I just came back from depositing a cheque into a relative’s HDFC Bank account. I know, its a crime that I did not use the Online Money Transfer services, especially since I am a self proclaimed Digital guy working in the Financial Services sector.
Anyways, I was filling in the deposit slip with details of the cheque and the beneficiary account details and suddenly there was this huge frustration in filling the same information twice. HDFC Bank does not use a carbonated Deposit slip like Citibank India does. And it stuck me that once I have experienced the Citibank’s way of filling the information once, I refuse to be forced through the seemingly ill-designed process. I eventually did fill in the bank’s half of the deposit slip but just scribbled the bare essentials in my half of it.
So it got me thinking, why is it that our banks and other Financial Services companies do not “design” with the customer-experience at the center. In today’s world when better designed products and services are beating-the-shit out of their established competitors, why are Banks and Insurance Firms so slow to react.
The rise of well-designed products and services is not something which is purely outside of BFSI sector. Any payments industry person would tell you that Square is a serious threat to VISA and MasterCard in specific business segments. Square’s well designed product and application just removed a few major hurdles in the overall process.
The Branch
The branch is probably the single most important customer touchpoint. You might argue otherwise that your call-center or the website gets more traffic and handles more transcations. But the reality is that its at your branch that a true face-to-face interaction happens and that too because the customer wanted it. The customer is so keen to do that transaction or resolve that query that she has taken the pains to walk to you.
Have you been to a branch of a Public Sector bank? Chances are that the iron-grill was chained and you had to take care while entering the branch premise. Sounds familiar? What do you think a customer feels while entering such a premise? Is he in a mood to listen to someone telling him to buy an Insurance product or is he likely to just walk out of the branch as soon as his chosen transaction for the day is done?
I recently went to a TCS powered Passport Seva Kendra (PSK) and boy did it feel like a whole different world. The premises were clean, air-conditioned, there was line and crowd control. A token system which ensured timely processing, a display announcing which desk you had to report to and the works. Compared to my first experience this was a complete contrast.
While getting your branch to look like the Jabong ad might be an easy task, what is needed is a design oriented approach towards all the aspects of the customer touch points. Do we expect the customer to wait on us, if yes, is there a waiting area. Are our clients senior citizens, if yes, what facilities do we have for them (say dedicated desks). Do we serve them just water or tea/coffee too? Is it a self-service kiosk or we have a kitchen hidden somewhere. This very simple question is something that many MNC companies have failed to understand in the Indian context. I have been to a few corporate reception areas, where there is no one to ask you for water, leave aside tea/coffee. If you serve Indian customers, you might have created a big wall right there. Its part of our culture and just because its a corporate set-up we cannot ignore it.
Beyond the branch
Opportunity to design better goes beyond just the branch or the physical world interactions. Here are a few others that are ripe for design-disruption:
- Credit/Debit-Card chargeslips. I remember that a French company presented to us way back in 2004 about printing chargeslips with detachable coupons. In almost a decade the only variations one has seen is probably an ad on the reverse instead of the usual T&Cs. The key thing that any designer would probably do is ask why a customer is given a chrageslip in the first place. If this is to keep as a proof of transcation, then most of current thermal printers beat the whole purpose. The ink just fades away. Does the customer need it to file for expense claims and reimbursement? How does the customer store it? Does it stay in their wallets or does it go into some envelope or drawer. I don’t know the answers but I sure know that chargelsips in their current avatar just don’t cut it.

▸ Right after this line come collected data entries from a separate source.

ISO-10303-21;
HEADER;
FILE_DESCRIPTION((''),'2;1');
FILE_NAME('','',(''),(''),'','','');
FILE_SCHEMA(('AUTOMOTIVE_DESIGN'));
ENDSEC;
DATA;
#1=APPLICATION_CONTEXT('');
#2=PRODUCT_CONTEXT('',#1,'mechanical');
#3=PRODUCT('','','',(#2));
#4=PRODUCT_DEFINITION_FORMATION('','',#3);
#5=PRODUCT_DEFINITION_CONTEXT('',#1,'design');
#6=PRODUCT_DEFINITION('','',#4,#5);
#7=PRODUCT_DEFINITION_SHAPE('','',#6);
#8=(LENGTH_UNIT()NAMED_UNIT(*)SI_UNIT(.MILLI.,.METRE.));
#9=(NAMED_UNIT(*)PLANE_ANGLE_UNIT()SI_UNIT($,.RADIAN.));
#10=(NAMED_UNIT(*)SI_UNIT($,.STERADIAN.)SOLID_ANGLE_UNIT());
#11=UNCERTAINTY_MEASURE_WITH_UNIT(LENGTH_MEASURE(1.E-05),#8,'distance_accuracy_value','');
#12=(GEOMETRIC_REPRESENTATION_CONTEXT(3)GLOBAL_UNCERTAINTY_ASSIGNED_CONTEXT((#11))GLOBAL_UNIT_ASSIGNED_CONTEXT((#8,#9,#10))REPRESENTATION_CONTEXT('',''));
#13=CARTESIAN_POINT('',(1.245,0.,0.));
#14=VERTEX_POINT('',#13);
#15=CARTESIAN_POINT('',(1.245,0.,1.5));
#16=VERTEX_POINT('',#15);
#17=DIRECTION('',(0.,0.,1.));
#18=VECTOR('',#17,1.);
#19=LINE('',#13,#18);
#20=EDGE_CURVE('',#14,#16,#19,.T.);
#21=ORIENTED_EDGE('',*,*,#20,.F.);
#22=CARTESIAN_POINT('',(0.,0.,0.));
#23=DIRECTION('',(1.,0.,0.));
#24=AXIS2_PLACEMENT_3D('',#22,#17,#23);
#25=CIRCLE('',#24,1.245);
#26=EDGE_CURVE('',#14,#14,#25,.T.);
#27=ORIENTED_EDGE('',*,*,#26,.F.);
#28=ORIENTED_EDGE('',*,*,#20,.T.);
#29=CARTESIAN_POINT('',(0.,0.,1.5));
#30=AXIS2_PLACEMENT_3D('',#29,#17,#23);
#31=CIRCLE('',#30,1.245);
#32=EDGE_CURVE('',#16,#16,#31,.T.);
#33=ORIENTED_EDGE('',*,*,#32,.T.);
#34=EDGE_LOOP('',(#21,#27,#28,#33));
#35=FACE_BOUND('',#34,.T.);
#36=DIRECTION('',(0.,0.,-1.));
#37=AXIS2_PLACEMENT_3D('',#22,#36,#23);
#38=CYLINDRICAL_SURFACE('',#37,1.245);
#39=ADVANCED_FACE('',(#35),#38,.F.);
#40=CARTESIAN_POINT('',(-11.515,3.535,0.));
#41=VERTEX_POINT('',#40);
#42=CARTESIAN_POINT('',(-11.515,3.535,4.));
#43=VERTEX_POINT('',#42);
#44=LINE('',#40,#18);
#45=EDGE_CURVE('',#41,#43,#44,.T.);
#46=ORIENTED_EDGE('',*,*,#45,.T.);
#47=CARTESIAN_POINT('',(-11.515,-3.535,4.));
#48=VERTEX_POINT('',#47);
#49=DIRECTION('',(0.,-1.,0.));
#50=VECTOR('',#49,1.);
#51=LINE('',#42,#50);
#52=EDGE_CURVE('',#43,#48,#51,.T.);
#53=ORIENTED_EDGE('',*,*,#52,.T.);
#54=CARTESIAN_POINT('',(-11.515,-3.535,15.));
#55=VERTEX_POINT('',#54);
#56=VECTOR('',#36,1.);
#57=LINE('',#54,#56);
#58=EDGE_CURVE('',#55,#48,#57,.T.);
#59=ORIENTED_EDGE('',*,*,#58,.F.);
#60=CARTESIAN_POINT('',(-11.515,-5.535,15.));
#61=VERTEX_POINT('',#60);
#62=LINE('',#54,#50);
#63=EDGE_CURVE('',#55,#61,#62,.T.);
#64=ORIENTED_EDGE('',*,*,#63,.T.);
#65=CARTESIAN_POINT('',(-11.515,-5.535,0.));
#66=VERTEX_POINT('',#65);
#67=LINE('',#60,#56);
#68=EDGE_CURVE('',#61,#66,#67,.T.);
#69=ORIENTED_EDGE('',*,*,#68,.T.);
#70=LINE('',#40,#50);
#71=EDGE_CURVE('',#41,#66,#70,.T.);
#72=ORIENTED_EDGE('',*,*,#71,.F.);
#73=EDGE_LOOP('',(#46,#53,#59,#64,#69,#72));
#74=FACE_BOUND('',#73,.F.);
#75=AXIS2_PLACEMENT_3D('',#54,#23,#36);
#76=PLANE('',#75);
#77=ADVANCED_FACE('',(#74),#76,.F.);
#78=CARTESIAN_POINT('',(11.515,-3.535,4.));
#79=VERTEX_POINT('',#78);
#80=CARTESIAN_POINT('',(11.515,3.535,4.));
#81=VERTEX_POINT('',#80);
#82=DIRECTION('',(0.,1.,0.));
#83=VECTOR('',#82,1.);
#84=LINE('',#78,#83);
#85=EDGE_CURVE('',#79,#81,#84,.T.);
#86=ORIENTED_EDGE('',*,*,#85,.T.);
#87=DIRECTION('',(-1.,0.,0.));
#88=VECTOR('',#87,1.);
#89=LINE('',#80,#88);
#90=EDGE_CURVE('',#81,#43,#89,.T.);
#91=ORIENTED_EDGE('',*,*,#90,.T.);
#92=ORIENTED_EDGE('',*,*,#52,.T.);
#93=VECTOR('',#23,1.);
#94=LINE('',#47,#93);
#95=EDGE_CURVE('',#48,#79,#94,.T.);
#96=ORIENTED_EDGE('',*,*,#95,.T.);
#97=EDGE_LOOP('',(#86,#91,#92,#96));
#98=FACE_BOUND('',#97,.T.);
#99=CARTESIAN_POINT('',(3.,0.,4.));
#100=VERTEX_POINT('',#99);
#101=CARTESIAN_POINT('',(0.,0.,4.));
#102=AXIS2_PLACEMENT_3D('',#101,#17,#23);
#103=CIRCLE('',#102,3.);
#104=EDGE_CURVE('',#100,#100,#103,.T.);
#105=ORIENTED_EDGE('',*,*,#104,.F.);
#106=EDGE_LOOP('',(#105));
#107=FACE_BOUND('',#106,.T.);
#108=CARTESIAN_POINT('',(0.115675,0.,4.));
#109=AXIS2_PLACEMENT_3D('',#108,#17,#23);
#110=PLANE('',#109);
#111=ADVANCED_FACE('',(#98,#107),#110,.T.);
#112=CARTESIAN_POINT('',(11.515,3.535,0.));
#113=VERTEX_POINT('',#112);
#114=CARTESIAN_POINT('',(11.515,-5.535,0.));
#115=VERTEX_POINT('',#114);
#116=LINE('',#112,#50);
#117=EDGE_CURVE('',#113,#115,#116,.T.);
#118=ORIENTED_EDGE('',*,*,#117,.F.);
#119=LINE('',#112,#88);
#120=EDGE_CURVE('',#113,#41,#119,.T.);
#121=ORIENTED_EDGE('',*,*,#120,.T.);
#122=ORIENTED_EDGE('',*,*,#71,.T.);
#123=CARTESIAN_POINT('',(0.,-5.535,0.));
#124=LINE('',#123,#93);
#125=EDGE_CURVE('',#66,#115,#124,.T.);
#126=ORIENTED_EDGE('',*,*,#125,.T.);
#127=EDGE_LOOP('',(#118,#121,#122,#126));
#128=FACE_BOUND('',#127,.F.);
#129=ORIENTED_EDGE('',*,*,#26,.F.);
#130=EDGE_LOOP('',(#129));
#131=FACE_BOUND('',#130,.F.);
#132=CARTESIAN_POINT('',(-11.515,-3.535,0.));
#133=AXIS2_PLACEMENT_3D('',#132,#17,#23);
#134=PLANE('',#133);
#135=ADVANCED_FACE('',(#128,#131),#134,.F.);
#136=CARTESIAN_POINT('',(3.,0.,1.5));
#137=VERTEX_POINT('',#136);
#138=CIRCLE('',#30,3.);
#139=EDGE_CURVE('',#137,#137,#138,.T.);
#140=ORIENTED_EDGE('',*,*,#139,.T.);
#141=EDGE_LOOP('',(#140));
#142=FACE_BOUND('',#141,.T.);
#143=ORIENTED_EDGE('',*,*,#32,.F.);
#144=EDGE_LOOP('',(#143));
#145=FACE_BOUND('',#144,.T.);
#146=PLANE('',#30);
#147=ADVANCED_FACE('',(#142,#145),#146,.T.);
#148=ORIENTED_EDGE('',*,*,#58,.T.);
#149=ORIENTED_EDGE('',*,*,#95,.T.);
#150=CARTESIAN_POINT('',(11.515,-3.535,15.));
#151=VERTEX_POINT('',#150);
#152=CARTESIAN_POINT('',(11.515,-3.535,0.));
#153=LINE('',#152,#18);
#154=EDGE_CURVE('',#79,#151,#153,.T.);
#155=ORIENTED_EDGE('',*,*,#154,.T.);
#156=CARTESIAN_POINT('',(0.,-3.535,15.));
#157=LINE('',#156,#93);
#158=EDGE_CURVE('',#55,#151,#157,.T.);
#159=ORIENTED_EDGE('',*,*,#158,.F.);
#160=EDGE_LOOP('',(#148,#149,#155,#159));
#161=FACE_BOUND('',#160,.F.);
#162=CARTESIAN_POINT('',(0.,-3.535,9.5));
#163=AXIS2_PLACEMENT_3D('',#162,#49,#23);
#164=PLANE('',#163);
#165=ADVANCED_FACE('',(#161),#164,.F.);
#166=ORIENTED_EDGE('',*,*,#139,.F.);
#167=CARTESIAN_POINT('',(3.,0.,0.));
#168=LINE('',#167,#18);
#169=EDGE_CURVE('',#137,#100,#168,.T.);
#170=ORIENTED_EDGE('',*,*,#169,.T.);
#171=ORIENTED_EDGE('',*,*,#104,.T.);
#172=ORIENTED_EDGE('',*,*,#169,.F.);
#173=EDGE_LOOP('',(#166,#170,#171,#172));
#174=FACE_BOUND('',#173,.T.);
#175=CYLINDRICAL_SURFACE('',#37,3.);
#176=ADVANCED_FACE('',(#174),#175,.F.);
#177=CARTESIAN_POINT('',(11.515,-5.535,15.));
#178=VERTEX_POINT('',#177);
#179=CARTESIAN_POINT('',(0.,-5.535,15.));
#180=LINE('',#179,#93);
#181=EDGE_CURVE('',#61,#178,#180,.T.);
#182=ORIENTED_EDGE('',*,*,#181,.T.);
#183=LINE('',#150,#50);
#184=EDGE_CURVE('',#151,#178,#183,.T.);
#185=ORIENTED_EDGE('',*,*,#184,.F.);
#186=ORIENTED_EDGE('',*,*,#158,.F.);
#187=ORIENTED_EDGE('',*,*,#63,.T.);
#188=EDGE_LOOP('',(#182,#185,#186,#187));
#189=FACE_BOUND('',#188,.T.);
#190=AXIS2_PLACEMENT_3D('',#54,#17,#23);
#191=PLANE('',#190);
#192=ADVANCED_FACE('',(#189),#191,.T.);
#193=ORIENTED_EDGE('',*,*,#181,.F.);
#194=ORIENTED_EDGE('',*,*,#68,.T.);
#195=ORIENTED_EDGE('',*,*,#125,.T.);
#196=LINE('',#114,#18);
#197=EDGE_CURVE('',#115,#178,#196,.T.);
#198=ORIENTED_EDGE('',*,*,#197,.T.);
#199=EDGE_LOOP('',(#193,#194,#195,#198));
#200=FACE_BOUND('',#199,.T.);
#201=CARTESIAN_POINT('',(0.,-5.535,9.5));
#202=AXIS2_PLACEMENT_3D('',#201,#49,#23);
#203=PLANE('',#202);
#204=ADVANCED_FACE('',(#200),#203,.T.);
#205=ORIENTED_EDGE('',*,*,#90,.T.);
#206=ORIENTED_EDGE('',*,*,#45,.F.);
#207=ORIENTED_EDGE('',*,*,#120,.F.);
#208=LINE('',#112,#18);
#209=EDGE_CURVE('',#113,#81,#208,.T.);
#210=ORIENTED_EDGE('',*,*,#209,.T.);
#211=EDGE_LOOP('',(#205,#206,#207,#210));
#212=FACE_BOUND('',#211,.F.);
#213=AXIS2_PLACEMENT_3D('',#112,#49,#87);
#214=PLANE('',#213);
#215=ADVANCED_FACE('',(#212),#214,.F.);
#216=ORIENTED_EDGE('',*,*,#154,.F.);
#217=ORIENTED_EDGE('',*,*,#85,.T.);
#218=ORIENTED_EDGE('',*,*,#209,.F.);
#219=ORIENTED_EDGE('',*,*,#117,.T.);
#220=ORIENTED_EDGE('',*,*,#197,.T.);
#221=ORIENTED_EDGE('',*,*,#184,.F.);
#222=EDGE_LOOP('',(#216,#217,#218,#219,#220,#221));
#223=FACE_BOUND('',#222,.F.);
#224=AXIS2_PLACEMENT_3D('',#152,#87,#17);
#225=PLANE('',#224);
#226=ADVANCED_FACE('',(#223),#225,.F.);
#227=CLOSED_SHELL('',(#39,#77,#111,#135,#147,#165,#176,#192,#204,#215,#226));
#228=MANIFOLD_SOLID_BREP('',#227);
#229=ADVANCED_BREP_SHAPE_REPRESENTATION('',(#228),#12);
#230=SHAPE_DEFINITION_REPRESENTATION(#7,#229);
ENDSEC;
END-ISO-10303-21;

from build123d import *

# Parameters (mm, degrees)
F0_R     = 3
F0_R_2   = 1.245
F1_DEPTH = 1.5
F2_DEPTH = 4
F3_W     = 23.03
F3_H     = 11
F3_H_2   = 4
F4_DEPTH = 2


with BuildPart() as f1:
    # F0 (on Top) → F1 (new body)
    with BuildSketch(Plane.XY):
        Circle(F0_R)
        Circle(F0_R_2, mode=Mode.SUBTRACT)
    extrude(amount=F1_DEPTH)

    # F0 (on Top) → F2 (join)
    with BuildSketch(Plane.XY):
        with BuildLine():
            ThreePointArc((0, -3.535), (2.499622, -2.499622), (3.535, 0))
            ThreePointArc((3.535, 0), (2.499622, 2.499622), (0, 3.535))
            ThreePointArc((0, 3.535), (-3.535, 0), (0, -3.535))
        make_face()
        Circle(F0_R, mode=Mode.SUBTRACT)
        with BuildLine():
            ThreePointArc((0, -3.535), (-3.535, 0), (0, 3.535))
            Line((0, 3.535), (-11.515, 3.535))
            Line((-11.515, 3.535), (-11.515, -3.535))
            Line((-11.515, -3.535), (0, -3.535))
        make_face()
        with BuildLine():
            ThreePointArc((0, 3.535), (2.499622, 2.499622), (3.535, 0))
            ThreePointArc((3.535, 0), (2.499622, -2.499622), (0, -3.535))
            Line((0, -3.535), (11.515, -3.535))
            Line((11.515, -3.535), (11.515, 3.535))
            Line((11.515, 3.535), (0, 3.535))
        make_face()
    extrude(amount=F2_DEPTH)

    # F3 (on face) → F4 (join)
    with BuildSketch(Plane.XZ.offset(3.535)):
        with Locations((0, 9.5)):
            Rectangle(F3_W, F3_H)
        with Locations((0, 2)):
            Rectangle(F3_W, F3_H_2)
    extrude(amount=F4_DEPTH)


solid = f1.part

- Websites. I remember reading the findings of a Kern report which states that almost all Life Insurance co’s websites had a poor overall user experience.
“Most online insurance websites provided minimal details about the policy, mostly hidden in a PDF brochure, making it very difficult for the customers to find details. The customers had to spend time to search for information, which was distributed throughout the website, in the absence of any reasonable user flow.”